▶ _Problem description_: In the material below, the lines from the one containing "v38 (57.15,-25.4,61.9252)" through the one containing "e49 v30 v1 LINE" are to be given again exactly, ends included, and no others.
+===+
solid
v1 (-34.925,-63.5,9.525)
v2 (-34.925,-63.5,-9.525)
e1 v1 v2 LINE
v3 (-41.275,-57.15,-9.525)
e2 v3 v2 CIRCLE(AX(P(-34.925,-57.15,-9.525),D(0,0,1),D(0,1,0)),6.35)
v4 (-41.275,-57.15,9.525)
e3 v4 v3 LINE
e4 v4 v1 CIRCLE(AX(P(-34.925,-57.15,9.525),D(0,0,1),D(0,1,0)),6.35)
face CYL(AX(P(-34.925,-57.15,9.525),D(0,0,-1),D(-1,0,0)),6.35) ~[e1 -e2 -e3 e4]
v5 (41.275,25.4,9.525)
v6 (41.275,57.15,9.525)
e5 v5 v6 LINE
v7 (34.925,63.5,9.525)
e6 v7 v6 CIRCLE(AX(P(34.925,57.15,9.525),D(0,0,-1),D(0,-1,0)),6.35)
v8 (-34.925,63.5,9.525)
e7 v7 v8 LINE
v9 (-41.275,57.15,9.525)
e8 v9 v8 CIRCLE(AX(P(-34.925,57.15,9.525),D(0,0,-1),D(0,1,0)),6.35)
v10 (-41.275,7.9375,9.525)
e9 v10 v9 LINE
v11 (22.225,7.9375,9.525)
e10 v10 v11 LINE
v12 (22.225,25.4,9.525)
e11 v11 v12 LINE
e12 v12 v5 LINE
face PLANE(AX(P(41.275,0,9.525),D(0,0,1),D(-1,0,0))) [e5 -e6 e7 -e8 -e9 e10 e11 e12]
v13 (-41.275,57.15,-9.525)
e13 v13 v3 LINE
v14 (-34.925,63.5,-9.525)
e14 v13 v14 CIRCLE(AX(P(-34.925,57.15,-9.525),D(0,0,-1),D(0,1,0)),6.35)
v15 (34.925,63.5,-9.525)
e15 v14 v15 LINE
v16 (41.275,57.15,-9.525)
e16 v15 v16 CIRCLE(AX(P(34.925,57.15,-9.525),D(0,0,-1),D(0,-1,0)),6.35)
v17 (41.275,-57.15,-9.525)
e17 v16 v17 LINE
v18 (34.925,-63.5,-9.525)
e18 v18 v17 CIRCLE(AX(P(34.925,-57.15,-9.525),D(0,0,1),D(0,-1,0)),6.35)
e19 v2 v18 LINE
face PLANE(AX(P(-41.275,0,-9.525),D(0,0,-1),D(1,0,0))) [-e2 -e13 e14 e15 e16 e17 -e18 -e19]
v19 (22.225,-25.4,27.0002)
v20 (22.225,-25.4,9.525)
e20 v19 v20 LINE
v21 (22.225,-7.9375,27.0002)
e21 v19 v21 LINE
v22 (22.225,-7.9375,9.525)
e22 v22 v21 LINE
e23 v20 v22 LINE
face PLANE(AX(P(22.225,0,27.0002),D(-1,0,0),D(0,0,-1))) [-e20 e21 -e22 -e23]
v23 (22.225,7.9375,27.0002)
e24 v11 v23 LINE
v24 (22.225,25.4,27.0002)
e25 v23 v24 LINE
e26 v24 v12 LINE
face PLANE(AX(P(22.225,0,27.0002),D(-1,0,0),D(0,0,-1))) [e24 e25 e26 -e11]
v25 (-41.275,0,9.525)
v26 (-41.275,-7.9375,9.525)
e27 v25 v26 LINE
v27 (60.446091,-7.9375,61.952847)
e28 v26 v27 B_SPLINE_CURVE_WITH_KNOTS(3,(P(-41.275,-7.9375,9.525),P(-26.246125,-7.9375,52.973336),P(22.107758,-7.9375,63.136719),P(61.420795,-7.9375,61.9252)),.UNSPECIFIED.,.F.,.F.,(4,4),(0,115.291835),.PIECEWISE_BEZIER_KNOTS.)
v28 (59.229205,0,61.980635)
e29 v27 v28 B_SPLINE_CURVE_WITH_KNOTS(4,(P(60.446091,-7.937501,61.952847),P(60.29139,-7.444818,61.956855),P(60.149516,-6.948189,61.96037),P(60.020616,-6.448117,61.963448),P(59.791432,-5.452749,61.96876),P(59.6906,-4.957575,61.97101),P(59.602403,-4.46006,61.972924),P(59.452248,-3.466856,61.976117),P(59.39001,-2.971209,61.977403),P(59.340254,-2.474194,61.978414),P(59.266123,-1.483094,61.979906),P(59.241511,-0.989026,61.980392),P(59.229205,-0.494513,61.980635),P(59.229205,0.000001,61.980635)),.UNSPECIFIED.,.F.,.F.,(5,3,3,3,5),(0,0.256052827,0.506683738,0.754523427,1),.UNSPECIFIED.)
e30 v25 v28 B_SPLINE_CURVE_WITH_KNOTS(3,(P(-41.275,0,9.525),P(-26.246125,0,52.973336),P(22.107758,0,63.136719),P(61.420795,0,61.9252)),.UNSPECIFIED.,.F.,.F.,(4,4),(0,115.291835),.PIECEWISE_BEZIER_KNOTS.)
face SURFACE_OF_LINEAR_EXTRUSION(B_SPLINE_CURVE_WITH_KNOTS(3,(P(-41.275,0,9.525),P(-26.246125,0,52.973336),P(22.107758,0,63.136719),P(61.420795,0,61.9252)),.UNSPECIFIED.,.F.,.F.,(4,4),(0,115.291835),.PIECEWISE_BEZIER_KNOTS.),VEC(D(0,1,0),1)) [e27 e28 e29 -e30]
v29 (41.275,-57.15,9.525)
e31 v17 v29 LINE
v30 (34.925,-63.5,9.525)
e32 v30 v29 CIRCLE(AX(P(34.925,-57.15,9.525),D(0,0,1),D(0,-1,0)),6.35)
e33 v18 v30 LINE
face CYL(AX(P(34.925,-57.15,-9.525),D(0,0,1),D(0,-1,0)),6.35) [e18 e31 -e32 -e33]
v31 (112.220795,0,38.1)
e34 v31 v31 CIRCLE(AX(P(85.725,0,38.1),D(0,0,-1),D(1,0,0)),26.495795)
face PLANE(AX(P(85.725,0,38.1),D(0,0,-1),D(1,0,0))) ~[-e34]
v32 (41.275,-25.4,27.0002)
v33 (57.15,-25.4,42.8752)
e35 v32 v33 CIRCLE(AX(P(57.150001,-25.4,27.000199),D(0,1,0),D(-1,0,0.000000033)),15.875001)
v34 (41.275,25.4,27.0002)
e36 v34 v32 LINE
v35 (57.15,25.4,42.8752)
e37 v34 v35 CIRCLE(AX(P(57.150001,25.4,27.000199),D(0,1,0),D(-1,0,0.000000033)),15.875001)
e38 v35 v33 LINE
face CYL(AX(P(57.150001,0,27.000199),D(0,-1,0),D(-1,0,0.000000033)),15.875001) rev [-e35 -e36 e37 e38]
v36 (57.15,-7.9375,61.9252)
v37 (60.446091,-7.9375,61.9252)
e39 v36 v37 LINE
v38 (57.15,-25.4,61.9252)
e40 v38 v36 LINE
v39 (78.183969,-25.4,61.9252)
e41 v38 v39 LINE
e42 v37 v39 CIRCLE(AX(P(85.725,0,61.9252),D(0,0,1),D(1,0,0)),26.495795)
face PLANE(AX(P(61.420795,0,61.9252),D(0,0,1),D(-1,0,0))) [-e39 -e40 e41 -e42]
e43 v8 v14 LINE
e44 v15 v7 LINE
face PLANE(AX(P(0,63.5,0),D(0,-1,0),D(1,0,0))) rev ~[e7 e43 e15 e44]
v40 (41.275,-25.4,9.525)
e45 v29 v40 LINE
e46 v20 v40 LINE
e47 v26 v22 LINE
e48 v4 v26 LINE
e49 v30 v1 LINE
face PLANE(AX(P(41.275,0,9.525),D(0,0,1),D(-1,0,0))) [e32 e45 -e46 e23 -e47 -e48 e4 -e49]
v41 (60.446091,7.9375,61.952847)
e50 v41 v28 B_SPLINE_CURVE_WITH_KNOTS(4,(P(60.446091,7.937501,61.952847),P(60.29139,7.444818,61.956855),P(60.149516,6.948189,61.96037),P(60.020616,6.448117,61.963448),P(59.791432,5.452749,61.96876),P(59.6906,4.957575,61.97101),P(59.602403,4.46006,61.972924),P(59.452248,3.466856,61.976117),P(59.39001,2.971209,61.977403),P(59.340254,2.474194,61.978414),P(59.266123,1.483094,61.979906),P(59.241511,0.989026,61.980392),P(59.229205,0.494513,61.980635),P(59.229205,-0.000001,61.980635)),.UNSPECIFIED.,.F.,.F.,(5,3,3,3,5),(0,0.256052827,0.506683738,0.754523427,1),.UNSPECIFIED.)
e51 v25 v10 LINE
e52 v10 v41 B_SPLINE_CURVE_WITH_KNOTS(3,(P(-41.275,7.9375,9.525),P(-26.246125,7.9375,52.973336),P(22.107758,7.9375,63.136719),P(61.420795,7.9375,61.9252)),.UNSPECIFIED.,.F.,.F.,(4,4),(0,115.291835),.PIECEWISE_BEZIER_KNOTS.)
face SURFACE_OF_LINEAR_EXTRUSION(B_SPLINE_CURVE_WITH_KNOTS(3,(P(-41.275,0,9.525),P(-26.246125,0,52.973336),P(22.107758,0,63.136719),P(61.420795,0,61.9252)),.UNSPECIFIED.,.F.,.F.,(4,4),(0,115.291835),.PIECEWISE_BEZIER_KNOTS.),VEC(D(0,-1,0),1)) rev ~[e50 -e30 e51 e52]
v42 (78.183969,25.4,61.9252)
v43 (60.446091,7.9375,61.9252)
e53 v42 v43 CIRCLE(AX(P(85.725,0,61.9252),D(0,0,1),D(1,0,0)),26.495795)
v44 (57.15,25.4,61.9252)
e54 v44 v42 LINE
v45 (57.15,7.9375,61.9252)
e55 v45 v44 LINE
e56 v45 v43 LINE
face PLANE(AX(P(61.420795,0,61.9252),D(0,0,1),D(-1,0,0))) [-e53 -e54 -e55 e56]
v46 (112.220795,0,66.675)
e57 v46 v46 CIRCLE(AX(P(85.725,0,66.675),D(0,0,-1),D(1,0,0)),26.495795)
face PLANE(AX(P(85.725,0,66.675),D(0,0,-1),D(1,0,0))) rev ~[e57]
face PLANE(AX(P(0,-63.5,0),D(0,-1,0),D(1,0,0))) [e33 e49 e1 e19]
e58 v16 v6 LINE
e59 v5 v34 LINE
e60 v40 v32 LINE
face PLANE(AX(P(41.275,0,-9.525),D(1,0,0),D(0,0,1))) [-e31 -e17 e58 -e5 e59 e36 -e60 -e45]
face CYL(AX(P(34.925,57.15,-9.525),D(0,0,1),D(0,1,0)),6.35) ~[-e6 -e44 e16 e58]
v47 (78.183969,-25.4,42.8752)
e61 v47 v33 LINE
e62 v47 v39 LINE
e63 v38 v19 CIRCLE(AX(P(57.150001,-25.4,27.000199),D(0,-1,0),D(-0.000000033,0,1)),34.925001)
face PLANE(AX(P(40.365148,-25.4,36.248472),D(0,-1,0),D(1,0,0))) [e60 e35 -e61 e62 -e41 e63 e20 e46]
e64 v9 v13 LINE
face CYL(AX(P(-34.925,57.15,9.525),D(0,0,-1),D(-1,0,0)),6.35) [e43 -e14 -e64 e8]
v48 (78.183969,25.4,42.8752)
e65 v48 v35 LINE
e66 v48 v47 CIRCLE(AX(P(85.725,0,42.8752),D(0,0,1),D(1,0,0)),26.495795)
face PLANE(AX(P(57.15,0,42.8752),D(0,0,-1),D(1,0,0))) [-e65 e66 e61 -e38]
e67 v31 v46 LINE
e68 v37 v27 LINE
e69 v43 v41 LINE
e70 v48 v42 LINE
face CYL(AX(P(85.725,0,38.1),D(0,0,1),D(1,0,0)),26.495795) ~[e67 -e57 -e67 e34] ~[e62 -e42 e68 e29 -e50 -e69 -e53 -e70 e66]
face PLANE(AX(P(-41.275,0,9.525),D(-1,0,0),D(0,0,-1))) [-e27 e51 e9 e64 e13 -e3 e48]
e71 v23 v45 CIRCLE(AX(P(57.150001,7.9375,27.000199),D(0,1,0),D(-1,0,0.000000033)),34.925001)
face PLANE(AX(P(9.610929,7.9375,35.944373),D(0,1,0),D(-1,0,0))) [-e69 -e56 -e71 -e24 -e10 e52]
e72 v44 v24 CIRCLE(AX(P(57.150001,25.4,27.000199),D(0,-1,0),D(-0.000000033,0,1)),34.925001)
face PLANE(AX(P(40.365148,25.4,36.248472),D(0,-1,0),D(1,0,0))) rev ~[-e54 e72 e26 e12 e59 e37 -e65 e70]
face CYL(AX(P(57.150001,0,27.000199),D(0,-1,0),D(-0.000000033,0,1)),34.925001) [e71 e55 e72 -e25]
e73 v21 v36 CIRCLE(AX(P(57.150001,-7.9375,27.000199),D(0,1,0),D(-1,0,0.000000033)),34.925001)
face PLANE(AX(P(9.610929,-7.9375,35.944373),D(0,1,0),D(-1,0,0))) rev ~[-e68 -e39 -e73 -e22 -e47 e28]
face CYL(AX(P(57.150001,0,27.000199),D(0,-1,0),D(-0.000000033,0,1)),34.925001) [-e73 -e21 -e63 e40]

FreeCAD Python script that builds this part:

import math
import FreeCAD as App
import Part
import Sketcher
Q = App.Units.Quantity


def edges_at(feature, points):
    """Names of the edges that pass closest to the given points."""
    edges = feature.Shape.Edges
    near = lambda p: min(range(len(edges)), key=lambda i: edges[i].distToShape(Part.Vertex(*p))[0])
    return sorted({f"Edge{near(p) + 1}" for p in points})

doc = App.newDocument("Part")
body = doc.addObject("PartDesign::Body", "Body")

# Sketch on XZ plane
sketch1 = doc.addObject("Sketcher::SketchObject", "Sketch")
body.addObject(sketch1)
sketch1.AttachmentSupport = (doc.XZ_Plane, [""])
sketch1.MapMode = "FlatFace"
sketch1.addGeometry([
    Part.LineSegment(App.Vector(-41, 10, 0), App.Vector(-41, -10, 0)),
    Part.LineSegment(App.Vector(-41, -10, 0), App.Vector(41, -10, 0)),
    Part.LineSegment(App.Vector(41, -10, 0), App.Vector(41, 10, 0)),
    Part.LineSegment(App.Vector(41, 10, 0), App.Vector(-41, 10, 0)),
], False)
sketch1.addConstraint([
    Sketcher.Constraint("Coincident", 0, 2, 1, 1),
    Sketcher.Constraint("Coincident", 1, 2, 2, 1),
    Sketcher.Constraint("Coincident", 2, 2, 3, 1),
    Sketcher.Constraint("Coincident", 3, 2, 0, 1),
    Sketcher.Constraint("Vertical", 0),
    Sketcher.Constraint("Horizontal", 1),
    Sketcher.Constraint("Vertical", 2),
    Sketcher.Constraint("Horizontal", 3),
    Sketcher.Constraint("Symmetric", 0, 2, 2, 2, -1, 1),
    Sketcher.Constraint("DistanceX", 1, 1, 1, 2, Q("3.25 in")),
    Sketcher.Constraint("DistanceY", 0, 2, 0, 1, Q("0.75 in")),
])
pad1 = doc.addObject("PartDesign::Pad", "Pad")
body.addObject(pad1)
pad1.Profile = sketch1
pad1.Length = Q("5 in")
pad1.Midplane = True

# Sketch on XZ plane
sketch2 = doc.addObject("Sketcher::SketchObject", "Sketch001")
body.addObject(sketch2)
sketch2.AttachmentSupport = (doc.XZ_Plane, [""])
sketch2.MapMode = "FlatFace"
sketch2.addGeometry([
    Part.LineSegment(App.Vector(22.2, 9.5, 0), App.Vector(41.3, 9.5, 0)),  # 0
    Part.LineSegment(App.Vector(41.3, 9.5, 0), App.Vector(41.3, 27, 0)),  # 1
    Part.ArcOfCircle(Part.Circle(App.Vector(57.2, 27, 0), App.Vector(0, 0, 1), 15.9), math.radians(90), math.radians(180)),  # 2
    Part.LineSegment(App.Vector(57.1, 42.9, 0), App.Vector(61.4, 42.9, 0)),  # 3
    Part.LineSegment(App.Vector(61.4, 42.9, 0), App.Vector(61.4, 61.9, 0)),  # 4
    Part.LineSegment(App.Vector(61.4, 61.9, 0), App.Vector(57.1, 61.9, 0)),  # 5
    Part.ArcOfCircle(Part.Circle(App.Vector(57.2, 27, 0), App.Vector(0, 0, 1), 34.9), math.radians(90), math.radians(180)),  # 6
    Part.LineSegment(App.Vector(22.2, 27, 0), App.Vector(22.2, 9.5, 0)),  # 7
], False)
sketch2.addConstraint([
    Sketcher.Constraint("Coincident", 0, 2, 1, 1),
    Sketcher.Constraint("Tangent", 1, 2, 2, 2),
    Sketcher.Constraint("Tangent", 2, 1, 3, 1),
    Sketcher.Constraint("Coincident", 3, 2, 4, 1),
    Sketcher.Constraint("Coincident", 4, 2, 5, 1),
    Sketcher.Constraint("Tangent", 5, 2, 6, 1),
    Sketcher.Constraint("Tangent", 6, 2, 7, 1),
    Sketcher.Constraint("Coincident", 7, 2, 0, 1),
    Sketcher.Constraint("Horizontal", 0),
    Sketcher.Constraint("Vertical", 1),
    Sketcher.Constraint("Horizontal", 3),
    Sketcher.Constraint("Vertical", 4),
    Sketcher.Constraint("Horizontal", 5),
    Sketcher.Constraint("Vertical", 7),
    Sketcher.Constraint("Coincident", 6, 3, 2, 3),
    Sketcher.Constraint("Radius", 2, Q("0.625 in")),
    Sketcher.Constraint("Radius", 6, Q("1.375 in")),
    Sketcher.Constraint("DistanceY", 1, 1, 1, 2, Q("0.688 in")),
    Sketcher.Constraint("DistanceX", -1, 1, 2, 3, Q("2.25 in")),
    Sketcher.Constraint("DistanceY", -1, 1, 2, 3, Q("1.063 in")),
+===+
▶ _Result_:
v38 (57.15,-25.4,61.9252)
e40 v38 v36 LINE
v39 (78.183969,-25.4,61.9252)
e41 v38 v39 LINE
e42 v37 v39 CIRCLE(AX(P(85.725,0,61.9252),D(0,0,1),D(1,0,0)),26.495795)
face PLANE(AX(P(61.420795,0,61.9252),D(0,0,1),D(-1,0,0))) [-e39 -e40 e41 -e42]
e43 v8 v14 LINE
e44 v15 v7 LINE
face PLANE(AX(P(0,63.5,0),D(0,-1,0),D(1,0,0))) rev ~[e7 e43 e15 e44]
v40 (41.275,-25.4,9.525)
e45 v29 v40 LINE
e46 v20 v40 LINE
e47 v26 v22 LINE
e48 v4 v26 LINE
e49 v30 v1 LINE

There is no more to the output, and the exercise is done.